In this study, real-time camera observations revealed that during transient snowfall events with minimal accumulation, a thin snow layer may briefly appear on the surface. However, due to cloud contamination, Dataset 1 erroneously indicated clear-sky conditions based on MOD10A1 cloud information, highlighting the limitations of relying solely on a single satellite for snow detection. To improve snow detection accuracy, integrating observations from both Terra and Aqua satellites is essential. Yuan et al. (2022) emphasized that combining MOD10A1 and MYD10A1 daily snow products significantly enhances accuracy, especially in areas below 5000 m elevation, thereby reducing cloud-induced errors across varying terrain conditions. Hall et al. (2019) pointed out that inconsistencies exist in cloud masking and acquisition timing between Terra and Aqua satellite data. Therefore, combining snow cover data from both Terra and Aqua can effectively improve cloud removal accuracy, which is consistent with the conclusions of this study.

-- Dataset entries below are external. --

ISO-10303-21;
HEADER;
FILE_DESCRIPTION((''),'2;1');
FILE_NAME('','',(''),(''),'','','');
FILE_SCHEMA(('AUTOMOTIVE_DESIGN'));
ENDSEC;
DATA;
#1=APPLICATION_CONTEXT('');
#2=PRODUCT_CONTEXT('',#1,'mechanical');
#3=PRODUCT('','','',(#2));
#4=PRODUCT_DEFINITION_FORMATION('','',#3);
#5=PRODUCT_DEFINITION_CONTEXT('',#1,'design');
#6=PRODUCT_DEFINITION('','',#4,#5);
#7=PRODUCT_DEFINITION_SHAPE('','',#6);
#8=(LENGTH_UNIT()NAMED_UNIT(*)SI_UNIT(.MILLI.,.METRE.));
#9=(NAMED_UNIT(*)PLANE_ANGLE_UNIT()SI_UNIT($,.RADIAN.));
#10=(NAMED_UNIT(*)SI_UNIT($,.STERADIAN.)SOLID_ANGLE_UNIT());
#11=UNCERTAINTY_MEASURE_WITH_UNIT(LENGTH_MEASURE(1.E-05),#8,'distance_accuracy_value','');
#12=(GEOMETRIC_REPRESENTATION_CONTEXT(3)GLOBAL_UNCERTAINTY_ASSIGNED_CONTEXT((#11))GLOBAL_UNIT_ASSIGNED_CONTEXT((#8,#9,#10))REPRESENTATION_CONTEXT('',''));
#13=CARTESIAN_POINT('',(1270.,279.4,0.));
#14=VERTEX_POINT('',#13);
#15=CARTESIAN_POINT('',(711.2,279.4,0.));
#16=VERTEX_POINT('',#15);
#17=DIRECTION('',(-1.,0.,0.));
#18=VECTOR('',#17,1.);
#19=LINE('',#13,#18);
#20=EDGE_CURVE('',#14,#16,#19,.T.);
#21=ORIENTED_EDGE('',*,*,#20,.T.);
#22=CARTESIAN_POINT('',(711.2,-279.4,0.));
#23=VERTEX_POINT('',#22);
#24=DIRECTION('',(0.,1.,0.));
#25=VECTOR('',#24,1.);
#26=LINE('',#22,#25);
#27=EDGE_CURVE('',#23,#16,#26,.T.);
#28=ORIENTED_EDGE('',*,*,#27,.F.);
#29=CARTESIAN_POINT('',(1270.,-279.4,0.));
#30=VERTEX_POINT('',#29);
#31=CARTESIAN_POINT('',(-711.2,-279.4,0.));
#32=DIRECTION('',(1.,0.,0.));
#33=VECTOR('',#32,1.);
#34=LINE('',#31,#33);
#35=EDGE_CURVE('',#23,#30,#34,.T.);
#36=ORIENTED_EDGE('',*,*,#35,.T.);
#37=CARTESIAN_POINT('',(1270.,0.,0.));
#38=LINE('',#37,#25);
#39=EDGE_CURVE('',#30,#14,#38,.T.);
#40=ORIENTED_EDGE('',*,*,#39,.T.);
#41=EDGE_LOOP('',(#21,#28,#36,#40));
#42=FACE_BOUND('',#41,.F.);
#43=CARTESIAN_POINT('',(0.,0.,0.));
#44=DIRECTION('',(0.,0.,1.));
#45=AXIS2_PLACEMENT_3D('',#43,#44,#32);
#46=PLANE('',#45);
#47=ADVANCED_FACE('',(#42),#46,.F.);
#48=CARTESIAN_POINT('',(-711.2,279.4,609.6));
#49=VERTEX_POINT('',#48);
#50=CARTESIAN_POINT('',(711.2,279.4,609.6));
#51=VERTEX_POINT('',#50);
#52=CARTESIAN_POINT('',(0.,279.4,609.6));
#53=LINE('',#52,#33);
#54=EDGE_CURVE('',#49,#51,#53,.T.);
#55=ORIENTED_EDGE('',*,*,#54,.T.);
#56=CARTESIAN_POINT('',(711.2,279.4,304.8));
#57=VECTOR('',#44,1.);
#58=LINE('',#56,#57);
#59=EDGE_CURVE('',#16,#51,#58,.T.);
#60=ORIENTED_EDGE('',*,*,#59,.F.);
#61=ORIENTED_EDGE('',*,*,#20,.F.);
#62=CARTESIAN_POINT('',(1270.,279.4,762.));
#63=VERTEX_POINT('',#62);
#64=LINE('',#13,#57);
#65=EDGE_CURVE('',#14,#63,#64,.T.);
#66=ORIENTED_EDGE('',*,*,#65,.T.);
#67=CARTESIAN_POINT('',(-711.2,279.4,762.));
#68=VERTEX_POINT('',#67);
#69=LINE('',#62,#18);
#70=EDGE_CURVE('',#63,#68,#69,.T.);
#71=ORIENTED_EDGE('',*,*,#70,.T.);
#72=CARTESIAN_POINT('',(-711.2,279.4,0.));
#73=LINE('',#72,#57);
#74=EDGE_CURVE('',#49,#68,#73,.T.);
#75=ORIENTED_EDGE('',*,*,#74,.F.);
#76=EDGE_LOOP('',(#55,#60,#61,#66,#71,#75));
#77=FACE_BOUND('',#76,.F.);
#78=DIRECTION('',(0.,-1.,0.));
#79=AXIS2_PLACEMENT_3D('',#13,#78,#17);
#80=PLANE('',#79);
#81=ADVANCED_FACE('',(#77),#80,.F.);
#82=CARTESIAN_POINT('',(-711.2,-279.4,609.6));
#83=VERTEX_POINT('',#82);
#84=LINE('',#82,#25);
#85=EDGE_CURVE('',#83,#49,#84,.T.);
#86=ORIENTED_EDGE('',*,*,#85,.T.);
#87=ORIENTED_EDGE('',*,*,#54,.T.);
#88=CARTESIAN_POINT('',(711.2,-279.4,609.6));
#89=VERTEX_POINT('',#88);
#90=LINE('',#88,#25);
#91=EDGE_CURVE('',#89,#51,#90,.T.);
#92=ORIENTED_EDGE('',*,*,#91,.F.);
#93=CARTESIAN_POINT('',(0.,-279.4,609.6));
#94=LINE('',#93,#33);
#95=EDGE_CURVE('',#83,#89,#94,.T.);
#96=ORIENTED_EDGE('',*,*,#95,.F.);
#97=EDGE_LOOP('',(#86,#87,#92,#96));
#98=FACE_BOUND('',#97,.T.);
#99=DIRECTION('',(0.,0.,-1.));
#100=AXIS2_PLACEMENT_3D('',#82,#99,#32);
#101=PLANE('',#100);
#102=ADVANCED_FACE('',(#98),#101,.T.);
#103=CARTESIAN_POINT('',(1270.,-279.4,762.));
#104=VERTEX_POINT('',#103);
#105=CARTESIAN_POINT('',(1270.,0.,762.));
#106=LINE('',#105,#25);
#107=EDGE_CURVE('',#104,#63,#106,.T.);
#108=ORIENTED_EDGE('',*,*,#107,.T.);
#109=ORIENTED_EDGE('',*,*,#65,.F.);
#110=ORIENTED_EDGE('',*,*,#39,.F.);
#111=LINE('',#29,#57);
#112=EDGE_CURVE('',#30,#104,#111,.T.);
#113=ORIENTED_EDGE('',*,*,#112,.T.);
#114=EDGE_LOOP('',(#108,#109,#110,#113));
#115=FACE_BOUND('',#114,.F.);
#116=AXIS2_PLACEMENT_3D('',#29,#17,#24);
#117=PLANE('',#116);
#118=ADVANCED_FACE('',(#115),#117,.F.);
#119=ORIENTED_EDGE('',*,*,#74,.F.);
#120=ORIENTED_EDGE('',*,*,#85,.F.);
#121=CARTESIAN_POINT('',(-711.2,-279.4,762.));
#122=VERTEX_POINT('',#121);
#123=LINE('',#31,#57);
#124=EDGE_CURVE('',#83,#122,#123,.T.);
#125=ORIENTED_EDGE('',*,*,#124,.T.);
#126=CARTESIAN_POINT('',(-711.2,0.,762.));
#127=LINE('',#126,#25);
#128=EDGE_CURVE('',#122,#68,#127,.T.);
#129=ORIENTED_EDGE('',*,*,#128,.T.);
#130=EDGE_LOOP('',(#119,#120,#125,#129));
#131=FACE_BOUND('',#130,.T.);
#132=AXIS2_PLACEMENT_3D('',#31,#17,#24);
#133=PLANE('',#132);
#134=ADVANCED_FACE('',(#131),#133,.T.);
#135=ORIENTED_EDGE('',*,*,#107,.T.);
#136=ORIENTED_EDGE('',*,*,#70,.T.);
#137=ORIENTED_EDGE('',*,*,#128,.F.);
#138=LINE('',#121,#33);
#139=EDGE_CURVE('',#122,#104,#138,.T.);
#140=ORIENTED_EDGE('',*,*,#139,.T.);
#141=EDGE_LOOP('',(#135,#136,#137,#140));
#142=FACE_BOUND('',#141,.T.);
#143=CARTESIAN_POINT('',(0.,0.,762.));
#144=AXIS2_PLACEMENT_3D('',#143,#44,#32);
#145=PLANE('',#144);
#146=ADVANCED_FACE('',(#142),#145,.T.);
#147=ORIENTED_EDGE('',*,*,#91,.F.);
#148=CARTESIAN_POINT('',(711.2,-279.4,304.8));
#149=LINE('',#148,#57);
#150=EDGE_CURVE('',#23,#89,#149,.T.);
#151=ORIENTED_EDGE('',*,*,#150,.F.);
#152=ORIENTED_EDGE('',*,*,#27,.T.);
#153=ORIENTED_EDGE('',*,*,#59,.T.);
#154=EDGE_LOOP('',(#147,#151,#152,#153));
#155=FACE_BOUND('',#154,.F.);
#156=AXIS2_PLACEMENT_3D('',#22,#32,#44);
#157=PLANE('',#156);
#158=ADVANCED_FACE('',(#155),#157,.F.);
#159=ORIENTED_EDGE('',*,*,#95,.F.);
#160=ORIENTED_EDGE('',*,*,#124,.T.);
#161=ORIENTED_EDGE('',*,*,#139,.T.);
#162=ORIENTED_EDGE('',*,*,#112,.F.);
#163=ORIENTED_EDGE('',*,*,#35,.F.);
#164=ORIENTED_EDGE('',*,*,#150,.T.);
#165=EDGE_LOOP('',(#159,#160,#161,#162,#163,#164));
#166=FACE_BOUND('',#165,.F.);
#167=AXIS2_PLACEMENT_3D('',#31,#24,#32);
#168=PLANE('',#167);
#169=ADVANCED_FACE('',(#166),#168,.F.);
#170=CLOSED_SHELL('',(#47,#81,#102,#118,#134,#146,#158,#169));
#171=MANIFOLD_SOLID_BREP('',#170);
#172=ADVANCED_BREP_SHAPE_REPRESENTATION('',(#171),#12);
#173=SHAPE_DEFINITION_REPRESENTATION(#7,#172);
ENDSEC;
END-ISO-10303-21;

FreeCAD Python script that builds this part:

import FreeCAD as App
import Part
import Sketcher
Q = App.Units.Quantity

doc = App.newDocument("Part")
body = doc.addObject("PartDesign::Body", "Body")

# Sketch on XY plane
sketch1 = body.newObject("Sketcher::SketchObject", "Sketch")
sketch1.AttachmentSupport = (doc.getObject("XY_Plane"), [""])
sketch1.MapMode = "FlatFace"
sketch1.addGeometry([
    Part.LineSegment(App.Vector(-711, 279, 0), App.Vector(-711, -279, 0)),
    Part.LineSegment(App.Vector(-711, -279, 0), App.Vector(1270, -279, 0)),
    Part.LineSegment(App.Vector(1270, -279, 0), App.Vector(1270, 279, 0)),
    Part.LineSegment(App.Vector(1270, 279, 0), App.Vector(-711, 279, 0)),
], False)
sketch1.addConstraint([
    Sketcher.Constraint("Coincident", 0, 2, 1, 1),
    Sketcher.Constraint("Coincident", 1, 2, 2, 1),
    Sketcher.Constraint("Coincident", 2, 2, 3, 1),
    Sketcher.Constraint("Coincident", 3, 2, 0, 1),
    Sketcher.Constraint("Vertical", 0),
    Sketcher.Constraint("Horizontal", 1),
    Sketcher.Constraint("Vertical", 2),
    Sketcher.Constraint("Horizontal", 3),
    Sketcher.Constraint("DistanceX", 1, 1, 1, 2, Q("78 in")),
    Sketcher.Constraint("DistanceY", 0, 2, 0, 1, Q("22 in")),
    Sketcher.Constraint("DistanceX", 0, 2, -1, 1, Q("28 in")),
    Sketcher.Constraint("DistanceY", 0, 2, -1, 1, Q("11 in")),
])
pad1 = body.newObject("PartDesign::Pad", "Pad")
pad1.Profile = sketch1
pad1.Length = Q("30 in")

# Sketch on XZ plane
sketch2 = body.newObject("Sketcher::SketchObject", "Sketch001")
sketch2.AttachmentSupport = (doc.getObject("XZ_Plane"), [""])
sketch2.MapMode = "FlatFace"
sketch2.AttachmentOffset = App.Placement(App.Vector(0, 0, 11 * 25.4), App.Rotation())
sketch2.addGeometry([
    Part.LineSegment(App.Vector(-711, 610, 0), App.Vector(-711, 0, 0)),
    Part.LineSegment(App.Vector(-711, 0, 0), App.Vector(711, 0, 0)),
    Part.LineSegment(App.Vector(711, 0, 0), App.Vector(711, 610, 0)),
    Part.LineSegment(App.Vector(711, 610, 0), App.Vector(-711, 610, 0)),
], False)
sketch2.addConstraint([
    Sketcher.Constraint("Coincident", 0, 2, 1, 1),
    Sketcher.Constraint("Coincident", 1, 2, 2, 1),
    Sketcher.Constraint("Coincident", 2, 2, 3, 1),
    Sketcher.Constraint("Coincident", 3, 2, 0, 1),
    Sketcher.Constraint("Vertical", 0),
    Sketcher.Constraint("Horizontal", 1),
    Sketcher.Constraint("Vertical", 2),
    Sketcher.Constraint("Horizontal", 3),
    Sketcher.Constraint("Symmetric", 0, 2, 1, 2, -1, 1),
    Sketcher.Constraint("DistanceX", 1, 1, 1, 2, Q("56 in")),
    Sketcher.Constraint("DistanceY", 0, 2, 0, 1, Q("24 in")),
])
pocket1 = body.newObject("PartDesign::Pocket", "Pocket")
pocket1.Profile = sketch2
pocket1.Length = Q("22 in")

doc.recompute()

4.2 Optimization and application of cloud-free snow cover algorithm

Accuracy validation of snow products remains critical for improving remote sensing methodologies. Breen et al. (2023) demonstrated that camera networks are effective validation tools for satellite products, highlighting a key challenge—decreased accuracy of cloud-filling algorithms under prolonged cloudy conditions. Their study also established the MOD10A1 NDSI threshold through camera data validation, which is particularly useful for identifying errors related to canopy occlusion and cloud filling. Addressing the limitations of validation methods, Xin and Sheng (2024) proposed that high spatial and temporal resolution albedo products derived from camera networks and unmanned aerial vehicle (UAV) technology—providing centimeter-level resolution—offer a reliable benchmark for satellite product calibration. However, the spatial representation of time-lapse imagery in the study area remains limited, underscoring the need for further efforts to extend validation (Berman et al., 2018).
Future research should aim to establish a coordinated "point-to-area" validation framework by expanding the phenological camera network and integrating multispectral data from Landsat-8 and Sentinel-2. Special emphasis should be placed on optimizing camera placement to account for slope orientation and elevation variations in complex mountainous terrains. Expanding localized observations to regional snow information will enhance the evaluation of snow datasets, providing further evidence to support our findings. Once additional phenological camera station data are incorporated, a comprehensive assessment of multiple snow datasets will be conducted to improve research accuracy and analyze the impact of topography and snow heterogeneity on inversion results.
Regarding algorithm optimization, Ide and Oguma (2013) developed a method for monitoring snow-covered areas and vegetation phenology using real-time cameras. Luo et al. (2022) demonstrated that integrating MODIS data with time-lapse photography and machine learning significantly improves binary snow classification accuracy in forest areas. Parajka et al. (2012) and Garvelmann et al. (2013) effectively enhanced cloud removal efficiency and snow cover discrimination in complex scenes by integrating real-time cameras with remote sensing data. Time-lapse cameras also accurately capture the temporal dynamics of snow accumulation and melting (Berman et al., 2018), particularly in areas prone to rapid snowmelt events, such as central Xinjiang. This necessitates the development of algorithms with dynamic adaptability, requiring further integration of instantaneous environmental parameters and multi-source remote sensing data to balance processing efficiency and accuracy.
Furthermore, the effects of topographic complexity (e.g., slope orientation and elevation) and snow dynamics (e.g., transient snow events) on inversion results remain insufficiently quantified in existing studies. This highlights the need to incorporate multi-source auxiliary data, such as land surface temperature and vegetation indices, as well as dynamic environmental parameters (Dong and Menzel, 2017). Vegetation cover, an important factor influencing snow accumulation and melting, must also be considered. Under different land surfaces, changes occur in the temperature and moisture conditions of the surface soil and soil layers, while vegetation can reflect solar radiation, with varying solar radiation absorption rates depending on the type of land surface. The amount of solar radiation directly affects the temperature, thereby influencing the accumulation and melting of snow (Wang et al., 2023). Dong and Menzel (2016) effectively mitigated snow information overestimation by incorporating meteorological fields, such as minimum temperature and precipitation, alongside ground observations.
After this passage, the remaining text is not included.